Не хочу махать винтовкой,
Хочу на работу!..
Зашумело Гуляй-Поле
От страшного пляса -
Ходит гоголем по воле
Скакун Опанаса...
Опанасе, наша доля
Туманом повита -
Хлеборобом хочешь в поле,
А идешь бандитом...
 
Чередуются строки четырех- и трехстопного хорея. Ударения, как требует метр, на нечетных слогах. Но эта метрическая норма нарушается) спорадически (но не очень редко) ударение с первого слога переносится на второй.
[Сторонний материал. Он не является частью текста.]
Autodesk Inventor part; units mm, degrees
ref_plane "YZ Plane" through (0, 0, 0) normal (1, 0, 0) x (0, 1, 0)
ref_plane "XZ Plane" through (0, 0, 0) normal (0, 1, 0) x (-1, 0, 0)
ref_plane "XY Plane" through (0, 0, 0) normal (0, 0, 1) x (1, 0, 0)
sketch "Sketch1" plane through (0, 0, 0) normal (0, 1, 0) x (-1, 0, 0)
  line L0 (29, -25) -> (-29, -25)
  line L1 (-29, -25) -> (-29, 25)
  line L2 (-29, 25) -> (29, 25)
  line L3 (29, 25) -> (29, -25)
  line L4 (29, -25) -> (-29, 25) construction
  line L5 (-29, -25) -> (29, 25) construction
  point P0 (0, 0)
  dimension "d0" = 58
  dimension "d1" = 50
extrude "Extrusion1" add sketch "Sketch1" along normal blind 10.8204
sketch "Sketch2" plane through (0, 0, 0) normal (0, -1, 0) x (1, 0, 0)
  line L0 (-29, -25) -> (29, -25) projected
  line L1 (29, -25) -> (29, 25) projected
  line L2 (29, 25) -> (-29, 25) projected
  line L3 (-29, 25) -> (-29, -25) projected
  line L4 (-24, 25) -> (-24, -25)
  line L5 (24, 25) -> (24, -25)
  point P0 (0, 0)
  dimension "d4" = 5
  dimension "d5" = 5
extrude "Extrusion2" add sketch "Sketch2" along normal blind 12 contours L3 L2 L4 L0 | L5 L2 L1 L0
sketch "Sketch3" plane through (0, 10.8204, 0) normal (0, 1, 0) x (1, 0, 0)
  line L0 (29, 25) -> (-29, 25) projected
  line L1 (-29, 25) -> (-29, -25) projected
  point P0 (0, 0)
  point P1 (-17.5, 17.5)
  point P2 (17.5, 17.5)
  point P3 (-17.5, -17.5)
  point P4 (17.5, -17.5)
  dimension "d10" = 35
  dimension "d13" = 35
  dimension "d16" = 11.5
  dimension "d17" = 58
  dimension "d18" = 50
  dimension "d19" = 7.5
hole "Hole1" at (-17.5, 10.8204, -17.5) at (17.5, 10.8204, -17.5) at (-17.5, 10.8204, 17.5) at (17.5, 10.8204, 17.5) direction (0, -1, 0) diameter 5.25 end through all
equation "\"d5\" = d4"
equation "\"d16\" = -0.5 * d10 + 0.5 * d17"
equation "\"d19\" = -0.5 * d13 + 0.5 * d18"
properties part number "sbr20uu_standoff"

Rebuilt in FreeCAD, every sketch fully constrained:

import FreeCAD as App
import Part
import Sketcher
from FreeCAD import Vector


def add_polygon(sketch, points):
    """Adds a closed chain of lines whose ends are joined by coincident constraints."""
    first, n = sketch.GeometryCount, len(points)
    for a, b in zip(points, points[1:] + points[:1]):
        sketch.addGeometry(Part.LineSegment(App.Vector(*a, 0), App.Vector(*b, 0)), False)
    for i in range(n):
        sketch.addConstraint(Sketcher.Constraint("Coincident", first + i, 2, first + (i + 1) % n, 1))

doc = App.newDocument("Part")
body = doc.addObject("PartDesign::Body", "Body")

# Sketch on XZ plane
sketch1 = doc.addObject("Sketcher::SketchObject", "Sketch")
body.addObject(sketch1)
sketch1.AttachmentSupport = (doc.XZ_Plane, [""])
sketch1.MapMode = "FlatFace"
add_polygon(sketch1, [(29, -25), (-29, -25), (-29, 25), (29, 25)])  # lines 0-3
sketch1.addConstraint([
    Sketcher.Constraint("Horizontal", 0),
    Sketcher.Constraint("Vertical", 1),
    Sketcher.Constraint("Horizontal", 2),
    Sketcher.Constraint("Vertical", 3),
    Sketcher.Constraint("Symmetric", 0, 2, 2, 2, -1, 1),
    Sketcher.Constraint("DistanceX", 0, 2, 0, 1, 58.0),
    Sketcher.Constraint("DistanceY", 1, 1, 1, 2, 50.0),
])
pad1 = doc.addObject("PartDesign::Pad", "Pad")
body.addObject(pad1)
pad1.Profile = sketch1
pad1.Length = 10.8204
pad1.Reversed = True

# Sketch on XZ plane
sketch2 = doc.addObject("Sketcher::SketchObject", "Sketch001")
body.addObject(sketch2)
sketch2.AttachmentSupport = (doc.XZ_Plane, [""])
sketch2.MapMode = "FlatFace"
add_polygon(sketch2, [(-29, 25), (-29, -25), (-24, -25), (-24, 25)])  # lines 0-3
add_polygon(sketch2, [(24, 25), (24, -25), (29, -25), (29, 25)])  # lines 4-7
sketch2.addConstraint([
    Sketcher.Constraint("Vertical", 0),
    Sketcher.Constraint("Horizontal", 1),
    Sketcher.Constraint("Vertical", 2),
    Sketcher.Constraint("Horizontal", 3),
    Sketcher.Constraint("Vertical", 4),
    Sketcher.Constraint("Horizontal", 5),
    Sketcher.Constraint("Vertical", 6),
    Sketcher.Constraint("Horizontal", 7),
    Sketcher.Constraint("Symmetric", 2, 2, 4, 2, -1, 1),
    Sketcher.Constraint("Symmetric", 0, 2, 6, 2, -1, 1),
    Sketcher.Constraint("Horizontal", 1, 2, 4, 2),
    Sketcher.Constraint("DistanceX", 1, 1, 1, 2, 5.0),
    Sketcher.Constraint("DistanceY", 0, 2, 0, 1, 50.0),
    Sketcher.Constraint("DistanceX", 0, 2, -1, 1, 29.0),
])
pad2 = doc.addObject("PartDesign::Pad", "Pad001")
body.addObject(pad2)
pad2.Profile = sketch2
pad2.Length = 12

# Sketch on XZ plane
sketch3 = doc.addObject("Sketcher::SketchObject", "Sketch002")
body.addObject(sketch3)
sketch3.AttachmentSupport = (doc.XZ_Plane, [""])
sketch3.MapMode = "FlatFace"
sketch3.AttachmentOffset = App.Placement(Vector(0, 0, -10.8204), App.Rotation())
sketch3.addGeometry([
    Part.Circle(Vector(-17.5, -17.5, 0), Vector(0, 0, 1), 2.625),
    Part.Circle(Vector(17.5, -17.5, 0), Vector(0, 0, 1), 2.625),
    Part.Circle(Vector(-17.5, 17.5, 0), Vector(0, 0, 1), 2.625),
    Part.Circle(Vector(17.5, 17.5, 0), Vector(0, 0, 1), 2.625),
], False)
sketch3.addConstraint([
    Sketcher.Constraint("Equal", 0, 1),
    Sketcher.Constraint("Equal", 1, 2),
    Sketcher.Constraint("Equal", 2, 3),
    Sketcher.Constraint("Symmetric", 1, 3, 2, 3, -1, 1),
    Sketcher.Constraint("Symmetric", 0, 3, 3, 3, -1, 1),
    Sketcher.Constraint("Symmetric", 0, 3, 1, 3, -2),
    Sketcher.Constraint("Diameter", 0, 5.25),
    Sketcher.Constraint("DistanceX", 0, 3, 1, 3, 35.0),
    Sketcher.Constraint("DistanceY", 0, 3, 2, 3, 35.0),
])
doc.recompute()
hole = doc.addObject("PartDesign::Hole", "Hole")
body.addObject(hole)
hole.Profile = sketch3
hole.ThreadType = "None"
hole.Diameter = 5.25
hole.DepthType = "ThroughAll"
hole.Reversed = True

doc.recompute()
Порча? Нет. Такие стихи требуют особого чтения (произношения), закрепленного традицией, - первый слог удлиняется, вот так: ”[хă]чý на работу... [скă]кýн Опанаса... [тў]мáном повита...” [2]. Удлинение - сигнал, что ударность/безударность инверсированы. Сигнал того, что одна последовательность заменяется другой. Указание, что здесь особая позиция.
Бывает так: на дороге какой-то изъян, ухаб, неожиданность... Но об этом предупреждает дорожный знак. Тем самым изъян обезврежен, неожиданность стала ожиданностью, нет уже опасности для ездока. Таким же сигналом отступления от нормы является удлинение первого слога. Он делает больше, чем дорожный знак: не исправляет изъян, а подчеркивает его эстетическую значимость. Он входит в художественный замысел, он не изъян, а ценность. Стих приобретает энергичность, напевность, подвижную мелодику, разнообразие, причем и метру не на что жаловаться: он получил компенсацию.
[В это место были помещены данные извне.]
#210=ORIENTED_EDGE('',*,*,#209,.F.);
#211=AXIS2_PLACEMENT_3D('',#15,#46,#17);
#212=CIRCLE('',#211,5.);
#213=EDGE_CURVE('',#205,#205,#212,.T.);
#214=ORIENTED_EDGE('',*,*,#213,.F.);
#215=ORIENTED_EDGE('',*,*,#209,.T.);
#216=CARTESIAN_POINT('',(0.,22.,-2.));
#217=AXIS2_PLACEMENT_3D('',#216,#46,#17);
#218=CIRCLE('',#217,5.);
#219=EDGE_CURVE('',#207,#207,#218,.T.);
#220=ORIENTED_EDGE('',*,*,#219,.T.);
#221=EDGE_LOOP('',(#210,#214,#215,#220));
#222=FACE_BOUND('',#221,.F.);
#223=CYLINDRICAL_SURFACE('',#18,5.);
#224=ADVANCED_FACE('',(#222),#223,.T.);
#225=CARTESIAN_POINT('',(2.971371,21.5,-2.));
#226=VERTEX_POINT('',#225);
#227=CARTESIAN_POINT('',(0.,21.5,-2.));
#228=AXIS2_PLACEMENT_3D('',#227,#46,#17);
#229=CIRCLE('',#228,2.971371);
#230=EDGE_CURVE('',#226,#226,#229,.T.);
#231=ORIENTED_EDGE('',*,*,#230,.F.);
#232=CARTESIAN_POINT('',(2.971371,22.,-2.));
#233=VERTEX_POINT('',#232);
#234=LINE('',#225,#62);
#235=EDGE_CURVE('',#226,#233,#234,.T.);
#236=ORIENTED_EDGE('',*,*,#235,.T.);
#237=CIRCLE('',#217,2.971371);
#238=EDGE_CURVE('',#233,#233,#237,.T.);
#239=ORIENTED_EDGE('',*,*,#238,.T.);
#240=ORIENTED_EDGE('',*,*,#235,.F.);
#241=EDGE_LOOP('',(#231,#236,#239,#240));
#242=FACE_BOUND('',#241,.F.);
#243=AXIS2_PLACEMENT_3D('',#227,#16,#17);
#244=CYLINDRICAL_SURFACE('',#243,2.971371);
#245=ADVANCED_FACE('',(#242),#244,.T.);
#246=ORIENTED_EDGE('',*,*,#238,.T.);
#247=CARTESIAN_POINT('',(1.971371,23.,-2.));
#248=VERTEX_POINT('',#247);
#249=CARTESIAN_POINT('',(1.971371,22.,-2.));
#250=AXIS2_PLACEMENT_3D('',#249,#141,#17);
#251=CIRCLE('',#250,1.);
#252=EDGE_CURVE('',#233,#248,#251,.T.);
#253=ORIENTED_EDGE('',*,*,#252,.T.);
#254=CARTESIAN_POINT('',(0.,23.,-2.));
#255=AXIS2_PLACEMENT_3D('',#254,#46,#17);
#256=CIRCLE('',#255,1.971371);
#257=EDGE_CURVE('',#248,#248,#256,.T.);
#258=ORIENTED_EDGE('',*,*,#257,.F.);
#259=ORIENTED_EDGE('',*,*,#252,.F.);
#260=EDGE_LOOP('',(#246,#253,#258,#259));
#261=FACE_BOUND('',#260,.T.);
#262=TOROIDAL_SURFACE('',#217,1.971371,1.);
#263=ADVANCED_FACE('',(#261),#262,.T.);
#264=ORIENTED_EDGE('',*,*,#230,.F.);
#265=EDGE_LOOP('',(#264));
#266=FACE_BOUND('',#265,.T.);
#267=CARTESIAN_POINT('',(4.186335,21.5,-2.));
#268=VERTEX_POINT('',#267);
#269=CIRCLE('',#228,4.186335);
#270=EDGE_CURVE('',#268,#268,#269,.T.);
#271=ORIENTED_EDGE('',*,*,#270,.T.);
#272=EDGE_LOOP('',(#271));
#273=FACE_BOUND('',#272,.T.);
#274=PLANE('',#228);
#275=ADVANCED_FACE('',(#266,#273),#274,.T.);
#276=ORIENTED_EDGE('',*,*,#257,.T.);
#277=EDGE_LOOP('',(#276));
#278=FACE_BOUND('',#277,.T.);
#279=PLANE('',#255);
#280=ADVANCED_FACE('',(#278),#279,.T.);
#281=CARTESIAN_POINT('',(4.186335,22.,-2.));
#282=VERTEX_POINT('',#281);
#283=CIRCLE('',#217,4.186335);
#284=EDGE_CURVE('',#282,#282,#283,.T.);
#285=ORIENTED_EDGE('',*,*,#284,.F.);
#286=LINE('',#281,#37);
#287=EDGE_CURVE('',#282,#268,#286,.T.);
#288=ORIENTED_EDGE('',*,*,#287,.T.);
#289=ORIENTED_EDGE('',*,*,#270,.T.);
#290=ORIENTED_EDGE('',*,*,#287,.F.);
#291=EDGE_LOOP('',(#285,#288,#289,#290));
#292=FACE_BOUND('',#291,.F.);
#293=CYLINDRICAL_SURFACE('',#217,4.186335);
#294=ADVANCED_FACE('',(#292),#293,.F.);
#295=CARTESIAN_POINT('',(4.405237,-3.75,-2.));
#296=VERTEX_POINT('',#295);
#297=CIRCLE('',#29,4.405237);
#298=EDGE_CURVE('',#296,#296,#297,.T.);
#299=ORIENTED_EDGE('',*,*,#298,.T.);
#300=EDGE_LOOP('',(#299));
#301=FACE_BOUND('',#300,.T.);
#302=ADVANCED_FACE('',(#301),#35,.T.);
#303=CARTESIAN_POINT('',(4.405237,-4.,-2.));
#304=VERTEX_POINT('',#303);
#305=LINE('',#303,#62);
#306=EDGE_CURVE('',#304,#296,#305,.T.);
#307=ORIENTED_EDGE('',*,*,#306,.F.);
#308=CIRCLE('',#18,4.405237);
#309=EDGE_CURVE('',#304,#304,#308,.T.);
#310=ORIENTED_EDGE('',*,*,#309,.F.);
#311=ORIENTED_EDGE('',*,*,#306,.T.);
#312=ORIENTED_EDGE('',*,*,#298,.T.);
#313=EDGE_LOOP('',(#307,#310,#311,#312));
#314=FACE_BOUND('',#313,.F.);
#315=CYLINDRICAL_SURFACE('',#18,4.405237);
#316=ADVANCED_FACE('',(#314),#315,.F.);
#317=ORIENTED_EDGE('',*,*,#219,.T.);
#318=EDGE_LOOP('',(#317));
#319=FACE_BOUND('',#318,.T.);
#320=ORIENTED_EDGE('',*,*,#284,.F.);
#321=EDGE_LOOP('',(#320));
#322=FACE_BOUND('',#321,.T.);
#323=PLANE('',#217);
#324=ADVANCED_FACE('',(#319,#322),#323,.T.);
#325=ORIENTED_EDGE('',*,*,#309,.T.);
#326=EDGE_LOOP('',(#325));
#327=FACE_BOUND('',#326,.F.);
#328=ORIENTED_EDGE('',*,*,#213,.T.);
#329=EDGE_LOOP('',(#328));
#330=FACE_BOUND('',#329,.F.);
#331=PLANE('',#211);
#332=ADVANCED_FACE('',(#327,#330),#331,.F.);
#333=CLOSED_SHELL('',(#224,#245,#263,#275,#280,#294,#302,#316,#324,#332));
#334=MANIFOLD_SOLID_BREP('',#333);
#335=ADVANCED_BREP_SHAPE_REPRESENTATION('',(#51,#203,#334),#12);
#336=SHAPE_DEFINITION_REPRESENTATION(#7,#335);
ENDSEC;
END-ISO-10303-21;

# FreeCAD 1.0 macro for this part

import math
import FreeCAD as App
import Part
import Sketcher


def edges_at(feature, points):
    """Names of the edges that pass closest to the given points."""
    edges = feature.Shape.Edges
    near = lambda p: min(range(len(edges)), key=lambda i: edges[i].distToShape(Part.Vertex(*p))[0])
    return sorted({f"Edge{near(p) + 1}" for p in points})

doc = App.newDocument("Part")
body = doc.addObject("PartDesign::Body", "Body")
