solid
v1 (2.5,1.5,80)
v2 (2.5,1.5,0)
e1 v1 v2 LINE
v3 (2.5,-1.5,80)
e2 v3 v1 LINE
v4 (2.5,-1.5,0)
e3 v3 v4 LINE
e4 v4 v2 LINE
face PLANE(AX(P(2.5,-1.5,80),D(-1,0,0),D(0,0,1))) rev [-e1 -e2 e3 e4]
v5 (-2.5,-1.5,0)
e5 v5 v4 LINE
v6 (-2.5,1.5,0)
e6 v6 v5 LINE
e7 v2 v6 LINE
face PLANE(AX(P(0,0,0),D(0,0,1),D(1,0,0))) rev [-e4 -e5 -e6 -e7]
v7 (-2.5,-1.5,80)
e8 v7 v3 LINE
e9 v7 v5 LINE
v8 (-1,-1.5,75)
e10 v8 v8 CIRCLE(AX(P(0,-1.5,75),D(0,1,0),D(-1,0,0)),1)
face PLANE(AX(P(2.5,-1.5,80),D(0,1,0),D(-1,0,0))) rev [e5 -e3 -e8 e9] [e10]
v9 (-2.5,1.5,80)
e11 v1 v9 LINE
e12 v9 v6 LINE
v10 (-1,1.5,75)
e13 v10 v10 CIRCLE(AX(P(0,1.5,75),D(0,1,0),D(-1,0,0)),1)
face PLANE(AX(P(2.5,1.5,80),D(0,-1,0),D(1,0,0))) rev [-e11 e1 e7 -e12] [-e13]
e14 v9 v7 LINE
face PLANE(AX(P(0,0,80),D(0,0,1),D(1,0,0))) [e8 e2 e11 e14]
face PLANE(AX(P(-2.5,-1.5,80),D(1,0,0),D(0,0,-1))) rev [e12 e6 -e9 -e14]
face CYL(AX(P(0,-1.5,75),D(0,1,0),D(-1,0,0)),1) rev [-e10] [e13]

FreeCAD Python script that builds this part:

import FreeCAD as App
import Part
import Sketcher

V = App.Vector

doc = App.newDocument("Part")
body = doc.addObject("PartDesign::Body", "Body")

sketch1 = doc.addObject("Sketcher::SketchObject", "Sketch")
body.addObject(sketch1)
sketch1.AttachmentSupport = (doc.XY_Plane, [""])
sketch1.MapMode = "FlatFace"
sketch1.addGeometry([
    Part.LineSegment(V(-2.5, 1.5, 0), V(-2.5, -1.5, 0)),
    Part.LineSegment(V(-2.5, -1.5, 0), V(2.5, -1.5, 0)),
    Part.LineSegment(V(2.5, -1.5, 0), V(2.5, 1.5, 0)),
    Part.LineSegment(V(2.5, 1.5, 0), V(-2.5, 1.5, 0)),
], False)
sketch1.addConstraint([
    Sketcher.Constraint("Coincident", 0, 2, 1, 1),
    Sketcher.Constraint("Coincident", 1, 2, 2, 1),
    Sketcher.Constraint("Coincident", 2, 2, 3, 1),
    Sketcher.Constraint("Coincident", 3, 2, 0, 1),
    Sketcher.Constraint("Vertical", 0),
    Sketcher.Constraint("Horizontal", 1),
    Sketcher.Constraint("Vertical", 2),
    Sketcher.Constraint("Horizontal", 3),
    Sketcher.Constraint("Symmetric", 0, 2, 2, 2, -1, 1),
    Sketcher.Constraint("DistanceX", 1, 1, 1, 2, 5.0),
    Sketcher.Constraint("DistanceY", 0, 2, 0, 1, 3.0),
])
pad1 = doc.addObject("PartDesign::Pad", "Pad")
body.addObject(pad1)
pad1.Profile = sketch1
pad1.Length = 80

sketch2 = doc.addObject("Sketcher::SketchObject", "Sketch001")
body.addObject(sketch2)
sketch2.AttachmentSupport = (doc.XZ_Plane, [""])
sketch2.MapMode = "FlatFace"
sketch2.AttachmentOffset = App.Placement(V(0, 0, -1.5), App.Rotation())
sketch2.addGeometry(Part.Circle(V(0, 75, 0), V(0, 0, 1), 1), False)
sketch2.addConstraint([
    Sketcher.Constraint("PointOnObject", 0, 3, -2),
    Sketcher.Constraint("Diameter", 0, 2.0),
    Sketcher.Constraint("DistanceY", -1, 1, 0, 3, 75.0),
])
pocket1 = doc.addObject("PartDesign::Pocket", "Pocket")
body.addObject(pocket1)
pocket1.Profile = sketch2
pocket1.Type = "ThroughAll"
pocket1.Reversed = True

doc.recompute()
Такие изменения в художественном тексте, когда есть отступления от нормы, но оно сигнализировано особыми показателями, относящимися к этому месту, суть компенсации: стих [скă]кýн Опанаса - компенсированный.
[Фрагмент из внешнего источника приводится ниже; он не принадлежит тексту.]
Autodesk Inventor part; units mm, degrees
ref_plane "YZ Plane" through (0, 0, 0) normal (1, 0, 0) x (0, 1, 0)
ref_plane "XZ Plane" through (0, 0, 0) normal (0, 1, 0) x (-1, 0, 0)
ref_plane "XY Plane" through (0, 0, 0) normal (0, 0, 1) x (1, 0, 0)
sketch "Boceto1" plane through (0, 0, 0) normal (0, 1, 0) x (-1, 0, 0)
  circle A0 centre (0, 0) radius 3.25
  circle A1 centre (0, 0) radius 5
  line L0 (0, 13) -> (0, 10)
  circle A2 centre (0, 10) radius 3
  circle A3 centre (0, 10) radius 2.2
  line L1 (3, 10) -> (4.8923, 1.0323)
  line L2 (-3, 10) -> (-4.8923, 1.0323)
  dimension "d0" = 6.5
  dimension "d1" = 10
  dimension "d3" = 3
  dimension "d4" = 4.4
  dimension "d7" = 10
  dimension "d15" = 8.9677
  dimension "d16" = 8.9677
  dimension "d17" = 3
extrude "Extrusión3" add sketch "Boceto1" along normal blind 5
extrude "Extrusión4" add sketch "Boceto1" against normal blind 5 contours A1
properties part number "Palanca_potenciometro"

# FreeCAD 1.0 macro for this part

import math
import FreeCAD as App
import Part
import Sketcher
from FreeCAD import Vector

doc = App.newDocument("Part")
body = doc.addObject("PartDesign::Body", "Body")

sketch1 = body.newObject("Sketcher::SketchObject", "Sketch")
sketch1.AttachmentSupport = (doc.getObject("XZ_Plane"), [""])
sketch1.MapMode = "FlatFace"
sketch1.addGeometry([
    Part.ArcOfCircle(Part.Circle(Vector(0, 0, 0), Vector(0, 0, 1), 5), math.radians(168), math.radians(372)),
    Part.LineSegment(Vector(-4.9, 1, 0), Vector(-3, 10, 0)),
    Part.ArcOfCircle(Part.Circle(Vector(0, 10, 0), Vector(0, 0, 1), 3), math.radians(90), math.radians(180)),
    Part.ArcOfCircle(Part.Circle(Vector(0, 10, 0), Vector(0, 0, 1), 3), math.radians(0), math.radians(90)),
    Part.LineSegment(Vector(3, 10, 0), Vector(4.9, 1, 0)),
    Part.Circle(Vector(0, 0, 0), Vector(0, 0, 1), 3.2),
    Part.Circle(Vector(0, 10, 0), Vector(0, 0, 1), 2.2),
], False)
sketch1.addConstraint([
    Sketcher.Constraint("Tangent", 0, 1, 1, 1),
    Sketcher.Constraint("Coincident", 1, 2, 2, 2),
    Sketcher.Constraint("Tangent", 2, 1, 3, 2),
    Sketcher.Constraint("Coincident", 3, 1, 4, 1),
    Sketcher.Constraint("Tangent", 4, 2, 0, 2),
    Sketcher.Constraint("Coincident", 0, 3, -1, 1),
    Sketcher.Constraint("Coincident", 5, 3, -1, 1),
    Sketcher.Constraint("Coincident", 6, 3, 2, 3),
    Sketcher.Constraint("Equal", 2, 3),
    Sketcher.Constraint("Symmetric", 1, 2, 3, 1, -2),
    Sketcher.Constraint("PointOnObject", 2, 1, -2),
    Sketcher.Constraint("Horizontal", 6, 3, 1, 2),
    Sketcher.Constraint("Radius", 0, 5.0),
    Sketcher.Constraint("Radius", 2, 3.0),
    Sketcher.Constraint("Diameter", 5, 6.5),
    Sketcher.Constraint("Diameter", 6, 4.4),
    Sketcher.Constraint("DistanceY", -1, 1, 2, 3, 10.0),
])
pad1 = body.newObject("PartDesign::Pad", "Pad")
pad1.Profile = sketch1
pad1.Length = 5
pad1.Reversed = True

sketch2 = body.newObject("Sketcher::SketchObject", "Sketch001")
sketch2.AttachmentSupport = (doc.getObject("XZ_Plane"), [""])
sketch2.MapMode = "FlatFace"
sketch2.addGeometry([
    Part.Circle(Vector(0, 0, 0), Vector(0, 0, 1), 5),
    Part.Circle(Vector(0, 0, 0), Vector(0, 0, 1), 3.2),
], False)
sketch2.addConstraint([
    Sketcher.Constraint("Coincident", 0, 3, -1, 1),
    Sketcher.Constraint("Coincident", 1, 3, -1, 1),
    Sketcher.Constraint("Diameter", 0, 10.0),
    Sketcher.Constraint("Diameter", 1, 6.5),
])
pad2 = body.newObject("PartDesign::Pad", "Pad001")
pad2.Profile = sketch2
pad2.Length = 5

doc.recompute()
Художественная речь насыщена такими знаками компенсаторами. Приведем еще пример. Есть в русской поэзии традиция - воспроизводить античные размеры средствами русского языка. Стихотворения сапфическими, горацианскими строфами писали А. Сумароков, А. Радищев, А. Востоков; замечательные переводы из Горация, выполненные Семеновым-Тяньшанским - и т. д. Приведем отдельные строки из стихотворения А. Востокова ”К Борею”:
 
Все развивалось, полнилось жизнию,
Сошли с Олимпа смехи и Грации...
Но ты напал от севера с бурями,
И дунул хладом. Вдруг помертвело все...
 
Последовательность слогов: U ’ U ’ U ’ - ’ UU -’ UU. Если читать эти стихи ”прозаически”, в обычной манере, они какофоничны. Чтобы получился стих, необходимы долготы (они указаны в примерах и на схеме). Длительность слогов ”исправляет” метрический ухаб; вместо уродливости получаем реализацию ценного ритмического замысла. Есть знак перемены позиции: после ударного слога должен следовать, если судить по первой половине стиха, один безударный слог, но здесь следуют два [3]. Однако в позиции ”между длительностями” требование иное. Длительность задает иную позицию. На той же основе построен русский гекзаметр.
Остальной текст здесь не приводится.